As bad as her being “pro-choice” on the abortion question is with activist conservatives, her stinging commentary implies that anyone who takes a pro-life position cannot be a true conservative. She grotesquely associates being in favor of the legalized killing of unborn children with support for the Constitution, and the concept of limited government.

And she bluntly said that for her to say she is for limited government and for the pro-life position would make her a “hypocrite.”

With that statement, she has broadly labeled the overwhelming majority of Americans who consider themselves supporters of limited government as hypocrites. This incendiary language no doubt found approval on The View, but was not what one could expect from a “conservative” commentator. Perhaps she has simply been telling The Blaze audience what it wants to hear, and did the same on The View. In any case, an appearance on a left-wing TV program should be seen as an opportunity to explain a conservative position, not to trash it.

After her suspension, Lahren said, “The Left bans speech. We shouldn’t.” Really? The Blaze should be forced to air views opposite to its mission? Of course, Lahren can advocate for abortion on demand all she wants — just not on someone else’s dime.

Despite being unpopular with The Blaze TV audience, the thesis that a true limited government constitutionalist would favor making the killing of unborn babies legal is without merit.

Only an outright anarchist could argue that the government should not protect unborn children from being killed. And that is only because an anarchist does not believe in government at all. Americans, on the other hand, who look upon government’s purpose as to protect life, liberty, and property, should think differently.

One must ask Lahren: if she believes in limited government, exactly what does she believe it should limited to doing? Those on the progressive Left see government’s role as to change society, redistribute wealth, and the like.

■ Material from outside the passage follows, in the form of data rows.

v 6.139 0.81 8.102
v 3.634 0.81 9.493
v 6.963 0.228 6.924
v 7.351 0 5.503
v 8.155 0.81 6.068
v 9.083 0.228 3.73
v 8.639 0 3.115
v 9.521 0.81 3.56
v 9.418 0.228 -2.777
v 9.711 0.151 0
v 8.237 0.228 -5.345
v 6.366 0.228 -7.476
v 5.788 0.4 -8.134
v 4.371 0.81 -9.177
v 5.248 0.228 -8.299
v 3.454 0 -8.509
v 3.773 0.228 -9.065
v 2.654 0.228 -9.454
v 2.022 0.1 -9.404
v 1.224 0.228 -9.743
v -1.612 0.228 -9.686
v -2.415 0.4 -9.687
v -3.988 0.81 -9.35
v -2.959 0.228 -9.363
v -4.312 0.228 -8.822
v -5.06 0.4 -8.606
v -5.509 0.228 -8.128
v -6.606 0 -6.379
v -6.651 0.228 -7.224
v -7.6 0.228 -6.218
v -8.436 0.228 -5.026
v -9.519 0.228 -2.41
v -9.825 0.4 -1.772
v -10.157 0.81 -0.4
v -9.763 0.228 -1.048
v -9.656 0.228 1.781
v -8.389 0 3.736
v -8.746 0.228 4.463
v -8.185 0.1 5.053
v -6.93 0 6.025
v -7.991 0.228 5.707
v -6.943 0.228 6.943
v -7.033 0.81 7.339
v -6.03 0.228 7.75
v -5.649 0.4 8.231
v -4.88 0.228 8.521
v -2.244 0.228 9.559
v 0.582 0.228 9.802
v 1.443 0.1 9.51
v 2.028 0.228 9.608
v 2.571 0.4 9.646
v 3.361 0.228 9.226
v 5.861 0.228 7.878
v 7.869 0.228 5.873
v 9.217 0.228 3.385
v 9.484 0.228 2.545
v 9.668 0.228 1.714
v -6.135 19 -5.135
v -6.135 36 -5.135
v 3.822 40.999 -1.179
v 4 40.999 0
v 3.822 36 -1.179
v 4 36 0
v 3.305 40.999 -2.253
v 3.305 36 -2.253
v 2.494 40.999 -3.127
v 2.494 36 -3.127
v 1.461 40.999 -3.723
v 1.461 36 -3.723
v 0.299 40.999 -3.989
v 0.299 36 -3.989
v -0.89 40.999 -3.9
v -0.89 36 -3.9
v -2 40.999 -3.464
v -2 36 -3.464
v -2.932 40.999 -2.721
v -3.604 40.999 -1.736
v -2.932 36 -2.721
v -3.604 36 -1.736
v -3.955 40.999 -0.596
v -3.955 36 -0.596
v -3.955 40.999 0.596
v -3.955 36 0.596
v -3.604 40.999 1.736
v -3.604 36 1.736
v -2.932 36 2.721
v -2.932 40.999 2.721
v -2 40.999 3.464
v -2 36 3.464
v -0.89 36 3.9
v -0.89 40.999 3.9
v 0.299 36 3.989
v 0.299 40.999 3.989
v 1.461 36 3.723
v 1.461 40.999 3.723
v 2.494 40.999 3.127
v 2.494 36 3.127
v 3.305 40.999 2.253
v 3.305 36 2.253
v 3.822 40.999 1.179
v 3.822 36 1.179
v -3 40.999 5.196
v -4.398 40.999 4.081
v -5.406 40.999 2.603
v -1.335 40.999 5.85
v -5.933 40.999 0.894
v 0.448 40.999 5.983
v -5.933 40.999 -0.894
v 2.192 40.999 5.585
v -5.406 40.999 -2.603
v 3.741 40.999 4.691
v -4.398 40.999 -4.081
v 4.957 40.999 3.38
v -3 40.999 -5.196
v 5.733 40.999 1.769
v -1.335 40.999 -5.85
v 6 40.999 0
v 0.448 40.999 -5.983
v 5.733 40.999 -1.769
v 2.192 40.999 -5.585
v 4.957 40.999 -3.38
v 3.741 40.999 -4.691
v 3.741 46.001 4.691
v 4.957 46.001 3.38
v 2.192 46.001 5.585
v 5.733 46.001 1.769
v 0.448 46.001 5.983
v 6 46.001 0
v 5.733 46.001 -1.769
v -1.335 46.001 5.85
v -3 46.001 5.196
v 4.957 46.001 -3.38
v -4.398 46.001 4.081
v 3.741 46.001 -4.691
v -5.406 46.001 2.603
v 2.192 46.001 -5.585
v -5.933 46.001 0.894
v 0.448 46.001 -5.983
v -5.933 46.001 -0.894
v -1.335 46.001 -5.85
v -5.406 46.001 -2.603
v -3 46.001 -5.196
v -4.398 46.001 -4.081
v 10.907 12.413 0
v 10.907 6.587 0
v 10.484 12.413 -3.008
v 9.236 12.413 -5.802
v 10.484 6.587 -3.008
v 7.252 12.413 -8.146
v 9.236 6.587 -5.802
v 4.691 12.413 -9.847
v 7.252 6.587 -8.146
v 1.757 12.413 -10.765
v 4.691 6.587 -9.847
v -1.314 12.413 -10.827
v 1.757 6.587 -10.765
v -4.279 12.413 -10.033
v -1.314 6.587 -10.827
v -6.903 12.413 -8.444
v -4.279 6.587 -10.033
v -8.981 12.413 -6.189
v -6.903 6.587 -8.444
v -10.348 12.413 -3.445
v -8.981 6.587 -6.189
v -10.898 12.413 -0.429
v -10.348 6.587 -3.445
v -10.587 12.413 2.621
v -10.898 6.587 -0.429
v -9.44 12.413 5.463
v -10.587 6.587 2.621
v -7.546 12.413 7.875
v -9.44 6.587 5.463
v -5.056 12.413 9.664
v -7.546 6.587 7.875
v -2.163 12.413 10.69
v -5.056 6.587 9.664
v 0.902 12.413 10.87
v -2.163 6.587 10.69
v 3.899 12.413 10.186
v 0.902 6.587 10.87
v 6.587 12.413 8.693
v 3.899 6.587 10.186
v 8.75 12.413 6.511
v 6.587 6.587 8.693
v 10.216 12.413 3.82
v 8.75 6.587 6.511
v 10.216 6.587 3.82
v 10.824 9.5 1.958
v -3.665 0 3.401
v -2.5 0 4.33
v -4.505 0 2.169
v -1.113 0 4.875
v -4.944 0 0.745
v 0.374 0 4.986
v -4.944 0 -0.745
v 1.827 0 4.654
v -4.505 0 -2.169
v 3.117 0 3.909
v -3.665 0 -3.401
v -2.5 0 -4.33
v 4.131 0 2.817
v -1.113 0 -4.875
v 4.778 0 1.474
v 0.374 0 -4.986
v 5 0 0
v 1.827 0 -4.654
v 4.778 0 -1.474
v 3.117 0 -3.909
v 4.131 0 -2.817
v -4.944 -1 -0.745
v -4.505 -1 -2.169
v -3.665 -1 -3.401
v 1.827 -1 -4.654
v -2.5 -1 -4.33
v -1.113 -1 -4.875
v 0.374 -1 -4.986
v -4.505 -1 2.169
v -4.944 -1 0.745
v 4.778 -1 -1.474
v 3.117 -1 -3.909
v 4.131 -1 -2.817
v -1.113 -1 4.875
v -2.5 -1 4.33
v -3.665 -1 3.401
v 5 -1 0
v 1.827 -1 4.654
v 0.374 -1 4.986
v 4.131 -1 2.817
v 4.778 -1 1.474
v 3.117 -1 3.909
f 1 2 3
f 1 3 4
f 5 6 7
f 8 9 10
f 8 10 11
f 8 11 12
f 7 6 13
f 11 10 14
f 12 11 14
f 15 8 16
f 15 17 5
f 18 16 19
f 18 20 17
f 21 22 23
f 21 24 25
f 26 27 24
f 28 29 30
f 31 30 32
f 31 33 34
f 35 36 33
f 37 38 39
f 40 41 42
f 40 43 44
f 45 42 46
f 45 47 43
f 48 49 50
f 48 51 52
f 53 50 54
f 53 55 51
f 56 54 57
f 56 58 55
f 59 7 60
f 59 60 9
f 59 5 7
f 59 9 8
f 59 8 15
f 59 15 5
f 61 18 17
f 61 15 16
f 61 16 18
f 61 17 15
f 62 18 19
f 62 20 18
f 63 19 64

Constitutionalists, on the other hand, see government’s role much as the Founding Fathers saw it — Thomas Jefferson was not some lone ranger when he wrote in the Declaration of Independence, “We hold these truths to be self-evident, that all men are created equal, that they are endowed by their Creator with certain unalienable rights, that among these are life, liberty, and the pursuit of happiness. That to secure these rights, governments are instituted among men.” (Emphasis added.)

The very purpose of government is to secure the rights God has given us — and one of those rights, Jefferson explicitly wrote was the right to life. But for Lahren, it seems, government is there to protect the life of some Americans, but not others, such as an unborn child.

One must ask: if government is not going to protect the right to life of an unborn child, why should we even have government? Lahren rightly argues for the right to own a weapon, but she would not afford any defense to a baby in the womb.

It is commendable that Lahren supports her local police. Too bad she can’t bring herself to support her local unborn children.